- _TASK_:
Everything from the line containing "e25 v22 v18 LINE" through the line containing "e49 v33 v34 LINE" in the listing below should be copied exactly, and nothing more.

- _SOURCE DATA_:
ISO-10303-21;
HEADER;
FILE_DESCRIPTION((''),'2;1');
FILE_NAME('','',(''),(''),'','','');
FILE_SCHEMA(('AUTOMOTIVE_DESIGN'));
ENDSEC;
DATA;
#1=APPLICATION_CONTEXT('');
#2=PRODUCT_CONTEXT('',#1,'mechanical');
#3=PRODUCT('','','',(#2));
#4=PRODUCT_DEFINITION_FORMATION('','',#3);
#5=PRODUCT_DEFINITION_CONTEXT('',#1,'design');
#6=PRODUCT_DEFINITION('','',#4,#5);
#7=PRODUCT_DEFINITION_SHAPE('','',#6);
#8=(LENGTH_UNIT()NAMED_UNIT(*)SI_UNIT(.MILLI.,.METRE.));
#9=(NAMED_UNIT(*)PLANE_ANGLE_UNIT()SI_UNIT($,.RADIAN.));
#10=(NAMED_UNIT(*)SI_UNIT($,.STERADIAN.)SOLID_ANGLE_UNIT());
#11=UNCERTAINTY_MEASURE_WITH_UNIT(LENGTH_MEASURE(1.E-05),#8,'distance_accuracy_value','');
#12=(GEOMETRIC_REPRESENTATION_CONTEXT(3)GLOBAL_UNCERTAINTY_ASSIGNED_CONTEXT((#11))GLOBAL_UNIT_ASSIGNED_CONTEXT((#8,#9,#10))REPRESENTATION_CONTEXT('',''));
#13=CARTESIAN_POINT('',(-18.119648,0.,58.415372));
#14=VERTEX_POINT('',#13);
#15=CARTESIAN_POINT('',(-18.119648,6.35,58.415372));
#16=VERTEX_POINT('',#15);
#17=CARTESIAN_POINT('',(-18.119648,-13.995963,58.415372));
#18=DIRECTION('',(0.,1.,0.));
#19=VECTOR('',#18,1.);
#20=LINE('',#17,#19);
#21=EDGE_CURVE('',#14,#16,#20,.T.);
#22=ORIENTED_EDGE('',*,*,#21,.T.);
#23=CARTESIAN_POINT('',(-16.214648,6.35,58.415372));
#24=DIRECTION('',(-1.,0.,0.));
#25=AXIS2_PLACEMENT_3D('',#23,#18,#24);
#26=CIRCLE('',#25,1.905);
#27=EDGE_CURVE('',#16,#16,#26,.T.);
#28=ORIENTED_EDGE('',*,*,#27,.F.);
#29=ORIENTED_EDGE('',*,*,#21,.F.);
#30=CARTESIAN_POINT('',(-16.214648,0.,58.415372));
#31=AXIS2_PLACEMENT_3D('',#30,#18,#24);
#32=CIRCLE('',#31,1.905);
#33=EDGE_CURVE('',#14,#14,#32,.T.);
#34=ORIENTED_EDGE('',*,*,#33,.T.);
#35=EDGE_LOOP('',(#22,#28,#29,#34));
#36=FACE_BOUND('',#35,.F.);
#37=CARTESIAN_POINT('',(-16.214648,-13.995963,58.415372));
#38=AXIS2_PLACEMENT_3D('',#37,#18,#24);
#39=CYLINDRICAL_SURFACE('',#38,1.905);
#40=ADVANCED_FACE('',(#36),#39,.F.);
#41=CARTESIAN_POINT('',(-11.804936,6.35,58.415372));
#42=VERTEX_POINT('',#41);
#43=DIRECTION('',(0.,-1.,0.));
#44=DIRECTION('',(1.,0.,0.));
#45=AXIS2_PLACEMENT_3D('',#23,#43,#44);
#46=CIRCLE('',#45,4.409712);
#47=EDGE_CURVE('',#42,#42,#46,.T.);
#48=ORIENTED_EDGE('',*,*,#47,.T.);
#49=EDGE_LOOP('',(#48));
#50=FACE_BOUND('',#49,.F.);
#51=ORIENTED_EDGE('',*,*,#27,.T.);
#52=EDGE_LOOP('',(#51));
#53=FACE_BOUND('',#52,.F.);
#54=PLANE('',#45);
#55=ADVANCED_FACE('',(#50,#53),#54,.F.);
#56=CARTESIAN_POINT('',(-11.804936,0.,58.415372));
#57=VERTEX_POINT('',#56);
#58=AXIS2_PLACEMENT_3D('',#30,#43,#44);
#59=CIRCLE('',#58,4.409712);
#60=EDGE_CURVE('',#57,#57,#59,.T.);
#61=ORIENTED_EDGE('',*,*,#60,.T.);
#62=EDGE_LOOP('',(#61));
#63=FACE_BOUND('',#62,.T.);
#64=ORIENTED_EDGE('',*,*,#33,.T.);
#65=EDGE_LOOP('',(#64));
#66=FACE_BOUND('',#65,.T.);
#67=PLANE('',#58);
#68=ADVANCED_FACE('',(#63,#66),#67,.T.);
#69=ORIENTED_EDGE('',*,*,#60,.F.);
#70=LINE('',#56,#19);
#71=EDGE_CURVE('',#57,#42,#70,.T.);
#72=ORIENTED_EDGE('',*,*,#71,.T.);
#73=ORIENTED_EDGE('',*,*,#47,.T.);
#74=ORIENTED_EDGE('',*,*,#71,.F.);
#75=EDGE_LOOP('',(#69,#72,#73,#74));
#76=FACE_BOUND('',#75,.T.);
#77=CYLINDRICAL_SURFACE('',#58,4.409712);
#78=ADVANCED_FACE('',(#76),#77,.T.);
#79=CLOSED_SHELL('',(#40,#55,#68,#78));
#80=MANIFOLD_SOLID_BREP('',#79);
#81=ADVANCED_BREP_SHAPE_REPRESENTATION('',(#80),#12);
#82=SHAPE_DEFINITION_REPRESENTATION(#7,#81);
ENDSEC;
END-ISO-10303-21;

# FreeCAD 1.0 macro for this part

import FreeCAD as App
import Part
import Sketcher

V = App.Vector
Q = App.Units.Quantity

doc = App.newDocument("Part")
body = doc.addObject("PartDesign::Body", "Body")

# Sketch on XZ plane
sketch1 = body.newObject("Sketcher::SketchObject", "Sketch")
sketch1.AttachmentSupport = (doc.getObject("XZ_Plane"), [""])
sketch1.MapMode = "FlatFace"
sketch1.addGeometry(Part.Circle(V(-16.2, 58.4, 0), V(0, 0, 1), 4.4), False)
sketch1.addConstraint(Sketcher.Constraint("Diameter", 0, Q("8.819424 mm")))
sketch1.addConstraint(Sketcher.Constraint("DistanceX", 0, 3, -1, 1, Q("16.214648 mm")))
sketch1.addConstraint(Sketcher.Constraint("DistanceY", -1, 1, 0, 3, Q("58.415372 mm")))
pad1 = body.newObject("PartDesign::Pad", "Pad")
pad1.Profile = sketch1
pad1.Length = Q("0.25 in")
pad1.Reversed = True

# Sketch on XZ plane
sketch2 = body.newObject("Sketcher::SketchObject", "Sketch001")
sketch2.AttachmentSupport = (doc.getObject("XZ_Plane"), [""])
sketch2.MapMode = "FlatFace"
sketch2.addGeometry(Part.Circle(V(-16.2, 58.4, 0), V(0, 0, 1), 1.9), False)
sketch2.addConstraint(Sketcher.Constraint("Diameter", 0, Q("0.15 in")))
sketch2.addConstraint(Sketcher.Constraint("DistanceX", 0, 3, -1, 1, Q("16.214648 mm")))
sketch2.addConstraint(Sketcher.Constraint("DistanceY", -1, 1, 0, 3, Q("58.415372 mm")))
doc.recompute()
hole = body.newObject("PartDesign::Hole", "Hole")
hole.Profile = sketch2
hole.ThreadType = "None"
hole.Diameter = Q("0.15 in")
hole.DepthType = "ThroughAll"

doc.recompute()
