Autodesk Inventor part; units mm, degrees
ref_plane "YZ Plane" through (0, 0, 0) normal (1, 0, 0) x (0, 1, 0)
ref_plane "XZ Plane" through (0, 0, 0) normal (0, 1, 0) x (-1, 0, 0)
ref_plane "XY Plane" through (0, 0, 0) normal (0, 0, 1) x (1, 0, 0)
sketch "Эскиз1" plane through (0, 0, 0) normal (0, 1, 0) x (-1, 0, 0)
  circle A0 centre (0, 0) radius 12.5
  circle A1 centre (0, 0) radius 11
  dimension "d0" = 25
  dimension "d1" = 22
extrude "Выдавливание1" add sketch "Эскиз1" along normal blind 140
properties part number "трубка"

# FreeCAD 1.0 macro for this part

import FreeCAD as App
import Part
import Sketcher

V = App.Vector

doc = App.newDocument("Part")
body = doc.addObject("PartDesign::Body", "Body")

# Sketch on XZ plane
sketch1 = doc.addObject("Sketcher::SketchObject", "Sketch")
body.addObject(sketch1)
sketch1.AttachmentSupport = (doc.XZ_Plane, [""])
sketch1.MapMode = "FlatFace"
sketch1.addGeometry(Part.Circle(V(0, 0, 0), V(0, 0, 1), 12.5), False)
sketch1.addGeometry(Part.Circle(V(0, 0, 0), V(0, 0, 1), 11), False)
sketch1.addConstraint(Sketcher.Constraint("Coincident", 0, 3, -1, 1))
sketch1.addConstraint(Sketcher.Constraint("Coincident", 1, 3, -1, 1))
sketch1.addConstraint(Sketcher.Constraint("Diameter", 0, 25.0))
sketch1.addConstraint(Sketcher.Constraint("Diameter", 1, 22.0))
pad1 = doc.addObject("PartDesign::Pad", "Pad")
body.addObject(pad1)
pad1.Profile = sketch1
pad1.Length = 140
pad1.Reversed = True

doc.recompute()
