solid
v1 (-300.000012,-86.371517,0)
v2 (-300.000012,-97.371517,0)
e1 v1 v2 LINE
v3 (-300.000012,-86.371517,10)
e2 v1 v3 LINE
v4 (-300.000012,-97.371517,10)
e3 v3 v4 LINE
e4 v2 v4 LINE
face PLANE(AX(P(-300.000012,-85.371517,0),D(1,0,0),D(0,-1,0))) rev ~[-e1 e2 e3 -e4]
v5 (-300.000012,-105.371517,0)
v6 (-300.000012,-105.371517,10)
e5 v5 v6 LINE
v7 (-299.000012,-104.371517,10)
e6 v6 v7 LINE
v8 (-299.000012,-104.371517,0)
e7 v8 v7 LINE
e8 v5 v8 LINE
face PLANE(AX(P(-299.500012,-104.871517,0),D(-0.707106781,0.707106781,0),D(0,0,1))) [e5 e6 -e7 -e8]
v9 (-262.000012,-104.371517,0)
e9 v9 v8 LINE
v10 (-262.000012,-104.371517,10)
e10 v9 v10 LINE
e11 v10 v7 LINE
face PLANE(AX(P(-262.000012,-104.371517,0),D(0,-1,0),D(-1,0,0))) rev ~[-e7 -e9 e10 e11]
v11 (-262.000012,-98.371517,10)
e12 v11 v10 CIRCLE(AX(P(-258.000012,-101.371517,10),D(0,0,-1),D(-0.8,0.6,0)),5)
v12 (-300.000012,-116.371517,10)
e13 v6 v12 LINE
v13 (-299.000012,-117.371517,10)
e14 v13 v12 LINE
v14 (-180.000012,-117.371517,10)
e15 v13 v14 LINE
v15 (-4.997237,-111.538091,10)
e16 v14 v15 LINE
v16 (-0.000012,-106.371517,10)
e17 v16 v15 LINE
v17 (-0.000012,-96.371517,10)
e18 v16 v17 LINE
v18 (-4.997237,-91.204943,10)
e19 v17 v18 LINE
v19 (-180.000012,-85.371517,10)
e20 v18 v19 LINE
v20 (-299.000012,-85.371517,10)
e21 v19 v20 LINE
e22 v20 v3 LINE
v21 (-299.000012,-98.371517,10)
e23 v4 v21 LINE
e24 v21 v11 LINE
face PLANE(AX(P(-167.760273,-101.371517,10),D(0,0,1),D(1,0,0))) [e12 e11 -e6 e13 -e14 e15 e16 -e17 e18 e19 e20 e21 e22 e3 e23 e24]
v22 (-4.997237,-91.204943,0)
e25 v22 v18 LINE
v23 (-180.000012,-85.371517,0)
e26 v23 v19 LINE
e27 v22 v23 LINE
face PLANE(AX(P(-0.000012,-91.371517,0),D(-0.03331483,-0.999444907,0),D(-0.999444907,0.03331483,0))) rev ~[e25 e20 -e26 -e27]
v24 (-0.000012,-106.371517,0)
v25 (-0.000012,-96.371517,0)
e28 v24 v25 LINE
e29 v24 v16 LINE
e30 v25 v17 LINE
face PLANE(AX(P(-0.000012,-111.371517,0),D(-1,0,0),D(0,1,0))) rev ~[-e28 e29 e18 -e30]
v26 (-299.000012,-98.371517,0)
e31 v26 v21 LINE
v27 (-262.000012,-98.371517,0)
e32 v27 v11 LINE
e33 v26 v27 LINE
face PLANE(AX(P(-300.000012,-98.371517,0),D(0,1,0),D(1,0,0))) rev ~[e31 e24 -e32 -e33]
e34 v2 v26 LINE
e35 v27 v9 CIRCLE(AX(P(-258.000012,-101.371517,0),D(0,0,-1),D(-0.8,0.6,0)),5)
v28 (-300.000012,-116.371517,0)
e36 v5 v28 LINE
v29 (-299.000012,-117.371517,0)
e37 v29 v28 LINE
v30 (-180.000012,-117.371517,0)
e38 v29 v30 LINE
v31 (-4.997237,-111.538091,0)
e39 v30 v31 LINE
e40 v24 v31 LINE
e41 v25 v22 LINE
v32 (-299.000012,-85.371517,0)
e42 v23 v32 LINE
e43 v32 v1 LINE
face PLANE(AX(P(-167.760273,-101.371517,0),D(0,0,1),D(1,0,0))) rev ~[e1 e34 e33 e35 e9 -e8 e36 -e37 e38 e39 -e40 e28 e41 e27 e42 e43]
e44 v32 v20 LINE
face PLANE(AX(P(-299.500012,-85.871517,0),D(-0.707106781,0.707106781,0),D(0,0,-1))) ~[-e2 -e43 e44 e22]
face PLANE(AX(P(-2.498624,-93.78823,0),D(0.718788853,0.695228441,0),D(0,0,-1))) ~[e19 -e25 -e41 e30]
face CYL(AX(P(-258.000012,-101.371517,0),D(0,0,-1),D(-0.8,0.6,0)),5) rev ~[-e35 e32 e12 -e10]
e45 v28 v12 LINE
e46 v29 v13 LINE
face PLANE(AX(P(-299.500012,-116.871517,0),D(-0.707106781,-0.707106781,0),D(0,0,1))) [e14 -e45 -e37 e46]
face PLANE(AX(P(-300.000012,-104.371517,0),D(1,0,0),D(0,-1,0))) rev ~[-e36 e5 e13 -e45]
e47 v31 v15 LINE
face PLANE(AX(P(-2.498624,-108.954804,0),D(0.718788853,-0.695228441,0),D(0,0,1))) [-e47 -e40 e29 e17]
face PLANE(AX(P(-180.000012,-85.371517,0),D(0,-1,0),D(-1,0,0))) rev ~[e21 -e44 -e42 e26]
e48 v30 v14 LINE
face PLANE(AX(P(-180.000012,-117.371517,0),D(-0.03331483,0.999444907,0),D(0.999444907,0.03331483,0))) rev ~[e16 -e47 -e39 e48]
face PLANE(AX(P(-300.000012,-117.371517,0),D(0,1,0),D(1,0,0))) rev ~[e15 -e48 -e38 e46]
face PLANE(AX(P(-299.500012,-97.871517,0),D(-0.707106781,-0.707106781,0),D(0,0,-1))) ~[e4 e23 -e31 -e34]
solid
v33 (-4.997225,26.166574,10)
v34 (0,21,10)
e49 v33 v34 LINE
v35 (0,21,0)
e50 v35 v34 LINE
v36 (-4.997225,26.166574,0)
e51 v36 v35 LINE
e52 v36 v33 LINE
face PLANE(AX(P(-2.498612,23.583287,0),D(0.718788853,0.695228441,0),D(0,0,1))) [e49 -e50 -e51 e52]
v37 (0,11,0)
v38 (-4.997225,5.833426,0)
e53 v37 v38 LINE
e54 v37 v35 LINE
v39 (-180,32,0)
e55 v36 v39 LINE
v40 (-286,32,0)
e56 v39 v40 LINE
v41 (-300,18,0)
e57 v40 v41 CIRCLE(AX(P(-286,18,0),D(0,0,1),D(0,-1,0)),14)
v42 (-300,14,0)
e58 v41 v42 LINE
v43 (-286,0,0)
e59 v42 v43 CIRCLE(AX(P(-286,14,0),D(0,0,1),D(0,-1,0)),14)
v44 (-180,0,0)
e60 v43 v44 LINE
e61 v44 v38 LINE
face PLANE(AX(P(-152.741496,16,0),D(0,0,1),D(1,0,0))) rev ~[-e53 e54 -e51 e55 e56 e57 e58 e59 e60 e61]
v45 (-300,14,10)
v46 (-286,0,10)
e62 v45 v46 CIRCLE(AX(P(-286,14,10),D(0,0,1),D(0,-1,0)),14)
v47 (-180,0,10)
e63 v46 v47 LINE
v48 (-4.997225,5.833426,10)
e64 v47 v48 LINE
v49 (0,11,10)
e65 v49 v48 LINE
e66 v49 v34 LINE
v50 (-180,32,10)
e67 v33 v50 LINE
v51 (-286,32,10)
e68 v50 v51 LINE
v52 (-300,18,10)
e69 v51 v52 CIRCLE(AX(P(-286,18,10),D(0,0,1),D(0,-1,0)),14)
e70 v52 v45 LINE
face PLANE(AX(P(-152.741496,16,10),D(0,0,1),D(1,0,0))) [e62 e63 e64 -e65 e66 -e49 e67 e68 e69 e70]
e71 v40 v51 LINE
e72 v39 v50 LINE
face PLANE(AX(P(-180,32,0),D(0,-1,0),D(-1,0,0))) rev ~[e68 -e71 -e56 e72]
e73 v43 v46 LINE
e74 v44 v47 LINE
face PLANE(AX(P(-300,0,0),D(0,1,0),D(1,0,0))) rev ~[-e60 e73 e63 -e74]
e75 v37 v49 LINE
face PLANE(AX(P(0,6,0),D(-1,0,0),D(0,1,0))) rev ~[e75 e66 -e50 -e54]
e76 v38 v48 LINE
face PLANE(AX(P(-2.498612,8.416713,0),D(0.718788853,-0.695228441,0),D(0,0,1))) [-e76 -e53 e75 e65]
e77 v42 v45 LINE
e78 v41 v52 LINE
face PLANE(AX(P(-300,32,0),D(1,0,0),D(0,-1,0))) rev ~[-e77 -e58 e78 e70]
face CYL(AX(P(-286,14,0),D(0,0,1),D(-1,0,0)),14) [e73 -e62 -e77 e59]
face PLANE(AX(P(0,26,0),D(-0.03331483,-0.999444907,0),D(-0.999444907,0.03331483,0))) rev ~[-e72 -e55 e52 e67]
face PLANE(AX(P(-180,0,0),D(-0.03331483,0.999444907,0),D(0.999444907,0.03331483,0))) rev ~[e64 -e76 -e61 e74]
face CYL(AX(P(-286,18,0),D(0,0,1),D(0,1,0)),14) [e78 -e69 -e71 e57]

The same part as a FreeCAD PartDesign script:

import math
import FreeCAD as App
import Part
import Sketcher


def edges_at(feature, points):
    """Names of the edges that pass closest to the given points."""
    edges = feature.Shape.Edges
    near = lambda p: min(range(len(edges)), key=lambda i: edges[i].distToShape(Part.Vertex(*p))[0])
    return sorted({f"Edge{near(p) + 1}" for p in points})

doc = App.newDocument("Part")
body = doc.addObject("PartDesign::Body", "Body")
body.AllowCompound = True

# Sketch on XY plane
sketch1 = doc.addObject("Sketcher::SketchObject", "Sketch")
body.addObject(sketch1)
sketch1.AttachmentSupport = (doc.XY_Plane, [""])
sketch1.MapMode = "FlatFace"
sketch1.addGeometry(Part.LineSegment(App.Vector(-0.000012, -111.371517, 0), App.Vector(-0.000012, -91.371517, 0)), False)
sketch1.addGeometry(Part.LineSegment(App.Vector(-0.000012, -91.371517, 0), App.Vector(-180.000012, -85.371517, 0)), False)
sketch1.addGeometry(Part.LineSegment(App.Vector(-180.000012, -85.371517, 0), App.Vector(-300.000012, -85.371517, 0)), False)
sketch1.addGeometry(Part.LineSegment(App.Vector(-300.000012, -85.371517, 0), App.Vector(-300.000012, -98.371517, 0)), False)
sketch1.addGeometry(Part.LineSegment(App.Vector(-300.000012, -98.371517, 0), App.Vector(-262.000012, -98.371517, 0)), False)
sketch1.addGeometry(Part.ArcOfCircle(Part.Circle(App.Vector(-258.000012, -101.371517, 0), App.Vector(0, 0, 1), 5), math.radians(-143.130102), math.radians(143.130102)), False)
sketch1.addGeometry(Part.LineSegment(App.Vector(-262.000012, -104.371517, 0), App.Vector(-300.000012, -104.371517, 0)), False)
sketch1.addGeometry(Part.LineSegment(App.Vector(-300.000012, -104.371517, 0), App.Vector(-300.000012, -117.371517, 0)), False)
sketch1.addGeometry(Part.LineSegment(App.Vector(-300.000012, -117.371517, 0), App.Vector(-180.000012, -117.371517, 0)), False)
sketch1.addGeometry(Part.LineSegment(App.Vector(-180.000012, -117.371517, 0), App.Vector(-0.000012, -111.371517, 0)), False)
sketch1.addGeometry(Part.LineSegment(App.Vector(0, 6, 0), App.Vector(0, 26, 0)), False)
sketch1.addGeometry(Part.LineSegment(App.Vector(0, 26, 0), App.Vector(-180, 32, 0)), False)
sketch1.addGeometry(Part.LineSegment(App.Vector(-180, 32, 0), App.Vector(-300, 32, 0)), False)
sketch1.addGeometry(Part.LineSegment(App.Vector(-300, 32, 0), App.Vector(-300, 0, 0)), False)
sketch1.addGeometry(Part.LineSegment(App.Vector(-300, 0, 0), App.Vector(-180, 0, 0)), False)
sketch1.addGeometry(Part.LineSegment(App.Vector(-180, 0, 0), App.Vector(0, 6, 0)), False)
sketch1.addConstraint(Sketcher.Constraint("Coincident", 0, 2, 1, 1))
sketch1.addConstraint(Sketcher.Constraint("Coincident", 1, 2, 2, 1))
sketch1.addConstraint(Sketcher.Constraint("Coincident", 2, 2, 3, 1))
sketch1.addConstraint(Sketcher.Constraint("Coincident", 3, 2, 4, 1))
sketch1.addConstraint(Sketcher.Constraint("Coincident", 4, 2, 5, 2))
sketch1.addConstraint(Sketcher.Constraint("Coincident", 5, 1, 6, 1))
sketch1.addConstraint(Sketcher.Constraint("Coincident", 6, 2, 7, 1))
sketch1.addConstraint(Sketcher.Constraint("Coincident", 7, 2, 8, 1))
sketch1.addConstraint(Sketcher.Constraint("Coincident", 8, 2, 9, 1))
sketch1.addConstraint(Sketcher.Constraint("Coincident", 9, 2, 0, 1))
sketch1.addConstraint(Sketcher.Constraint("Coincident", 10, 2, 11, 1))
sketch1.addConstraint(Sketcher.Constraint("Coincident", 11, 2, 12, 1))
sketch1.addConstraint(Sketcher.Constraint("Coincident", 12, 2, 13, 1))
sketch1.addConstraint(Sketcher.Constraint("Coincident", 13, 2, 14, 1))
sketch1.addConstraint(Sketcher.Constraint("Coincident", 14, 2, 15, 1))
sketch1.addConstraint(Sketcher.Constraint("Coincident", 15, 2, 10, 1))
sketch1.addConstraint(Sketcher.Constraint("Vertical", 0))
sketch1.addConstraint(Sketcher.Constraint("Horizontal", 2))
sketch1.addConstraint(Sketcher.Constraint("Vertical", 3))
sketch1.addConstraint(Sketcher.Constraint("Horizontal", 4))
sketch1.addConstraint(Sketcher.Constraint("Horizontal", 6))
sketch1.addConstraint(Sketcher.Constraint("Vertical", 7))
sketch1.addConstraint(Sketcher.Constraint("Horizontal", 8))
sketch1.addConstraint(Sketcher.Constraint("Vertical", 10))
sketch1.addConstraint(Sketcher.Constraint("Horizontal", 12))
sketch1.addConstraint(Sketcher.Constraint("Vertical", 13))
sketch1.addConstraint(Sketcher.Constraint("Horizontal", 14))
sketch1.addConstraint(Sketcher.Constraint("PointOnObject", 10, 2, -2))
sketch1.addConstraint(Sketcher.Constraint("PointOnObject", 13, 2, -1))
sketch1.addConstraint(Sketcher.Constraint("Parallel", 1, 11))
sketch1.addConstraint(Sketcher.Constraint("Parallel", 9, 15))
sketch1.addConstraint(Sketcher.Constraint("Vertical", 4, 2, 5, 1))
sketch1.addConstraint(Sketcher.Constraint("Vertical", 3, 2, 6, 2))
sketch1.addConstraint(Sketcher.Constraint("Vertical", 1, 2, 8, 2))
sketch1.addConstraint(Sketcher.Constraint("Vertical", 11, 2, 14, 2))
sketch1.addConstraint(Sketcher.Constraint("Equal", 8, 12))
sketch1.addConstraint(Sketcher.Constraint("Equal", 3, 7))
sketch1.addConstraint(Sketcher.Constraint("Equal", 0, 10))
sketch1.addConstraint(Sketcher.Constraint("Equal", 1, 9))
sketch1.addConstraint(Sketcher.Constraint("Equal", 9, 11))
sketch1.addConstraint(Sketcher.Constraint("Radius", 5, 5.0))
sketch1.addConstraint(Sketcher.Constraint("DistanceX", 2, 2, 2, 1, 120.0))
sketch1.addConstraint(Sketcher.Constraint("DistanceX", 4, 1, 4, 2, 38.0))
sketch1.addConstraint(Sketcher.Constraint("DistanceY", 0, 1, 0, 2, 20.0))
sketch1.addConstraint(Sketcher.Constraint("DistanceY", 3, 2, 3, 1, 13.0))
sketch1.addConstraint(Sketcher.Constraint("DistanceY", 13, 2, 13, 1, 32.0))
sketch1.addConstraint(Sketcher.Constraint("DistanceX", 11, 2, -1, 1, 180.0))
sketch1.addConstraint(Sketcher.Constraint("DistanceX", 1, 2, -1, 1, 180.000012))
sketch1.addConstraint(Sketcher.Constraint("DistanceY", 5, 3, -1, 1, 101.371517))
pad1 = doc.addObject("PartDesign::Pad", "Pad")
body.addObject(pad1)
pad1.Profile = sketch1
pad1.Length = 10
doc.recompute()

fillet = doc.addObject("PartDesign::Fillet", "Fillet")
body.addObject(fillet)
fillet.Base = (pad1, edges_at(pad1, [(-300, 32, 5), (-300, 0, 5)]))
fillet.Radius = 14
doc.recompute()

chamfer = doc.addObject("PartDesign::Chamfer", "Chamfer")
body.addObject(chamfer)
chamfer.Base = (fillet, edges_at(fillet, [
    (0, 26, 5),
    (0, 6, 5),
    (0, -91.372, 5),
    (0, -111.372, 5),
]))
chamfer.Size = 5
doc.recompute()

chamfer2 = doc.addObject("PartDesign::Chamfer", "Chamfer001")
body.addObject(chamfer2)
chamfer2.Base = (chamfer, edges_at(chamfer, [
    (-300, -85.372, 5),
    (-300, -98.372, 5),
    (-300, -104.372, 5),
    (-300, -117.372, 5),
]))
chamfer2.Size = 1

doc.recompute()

- _RESULT OF THIS TASK_:
e25 v22 v18 LINE
v23 (-180.000012,-85.371517,0)
e26 v23 v19 LINE
e27 v22 v23 LINE
face PLANE(AX(P(-0.000012,-91.371517,0),D(-0.03331483,-0.999444907,0),D(-0.999444907,0.03331483,0))) rev ~[e25 e20 -e26 -e27]
v24 (-0.000012,-106.371517,0)
v25 (-0.000012,-96.371517,0)
e28 v24 v25 LINE
e29 v24 v16 LINE
e30 v25 v17 LINE
face PLANE(AX(P(-0.000012,-111.371517,0),D(-1,0,0),D(0,1,0))) rev ~[-e28 e29 e18 -e30]
v26 (-299.000012,-98.371517,0)
e31 v26 v21 LINE
v27 (-262.000012,-98.371517,0)
e32 v27 v11 LINE
e33 v26 v27 LINE
face PLANE(AX(P(-300.000012,-98.371517,0),D(0,1,0),D(1,0,0))) rev ~[e31 e24 -e32 -e33]
e34 v2 v26 LINE
e35 v27 v9 CIRCLE(AX(P(-258.000012,-101.371517,0),D(0,0,-1),D(-0.8,0.6,0)),5)
v28 (-300.000012,-116.371517,0)
e36 v5 v28 LINE
v29 (-299.000012,-117.371517,0)
e37 v29 v28 LINE
v30 (-180.000012,-117.371517,0)
e38 v29 v30 LINE
v31 (-4.997237,-111.538091,0)
e39 v30 v31 LINE
e40 v24 v31 LINE
e41 v25 v22 LINE
v32 (-299.000012,-85.371517,0)
e42 v23 v32 LINE
e43 v32 v1 LINE
face PLANE(AX(P(-167.760273,-101.371517,0),D(0,0,1),D(1,0,0))) rev ~[e1 e34 e33 e35 e9 -e8 e36 -e37 e38 e39 -e40 e28 e41 e27 e42 e43]
e44 v32 v20 LINE
face PLANE(AX(P(-299.500012,-85.871517,0),D(-0.707106781,0.707106781,0),D(0,0,-1))) ~[-e2 -e43 e44 e22]
face PLANE(AX(P(-2.498624,-93.78823,0),D(0.718788853,0.695228441,0),D(0,0,-1))) ~[e19 -e25 -e41 e30]
face CYL(AX(P(-258.000012,-101.371517,0),D(0,0,-1),D(-0.8,0.6,0)),5) rev ~[-e35 e32 e12 -e10]
e45 v28 v12 LINE
e46 v29 v13 LINE
face PLANE(AX(P(-299.500012,-116.871517,0),D(-0.707106781,-0.707106781,0),D(0,0,1))) [e14 -e45 -e37 e46]
face PLANE(AX(P(-300.000012,-104.371517,0),D(1,0,0),D(0,-1,0))) rev ~[-e36 e5 e13 -e45]
e47 v31 v15 LINE
face PLANE(AX(P(-2.498624,-108.954804,0),D(0.718788853,-0.695228441,0),D(0,0,1))) [-e47 -e40 e29 e17]
face PLANE(AX(P(-180.000012,-85.371517,0),D(0,-1,0),D(-1,0,0))) rev ~[e21 -e44 -e42 e26]
e48 v30 v14 LINE
face PLANE(AX(P(-180.000012,-117.371517,0),D(-0.03331483,0.999444907,0),D(0.999444907,0.03331483,0))) rev ~[e16 -e47 -e39 e48]
face PLANE(AX(P(-300.000012,-117.371517,0),D(0,1,0),D(1,0,0))) rev ~[e15 -e48 -e38 e46]
face PLANE(AX(P(-299.500012,-97.871517,0),D(-0.707106781,-0.707106781,0),D(0,0,-1))) ~[e4 e23 -e31 -e34]
solid
v33 (-4.997225,26.166574,10)
v34 (0,21,10)
e49 v33 v34 LINE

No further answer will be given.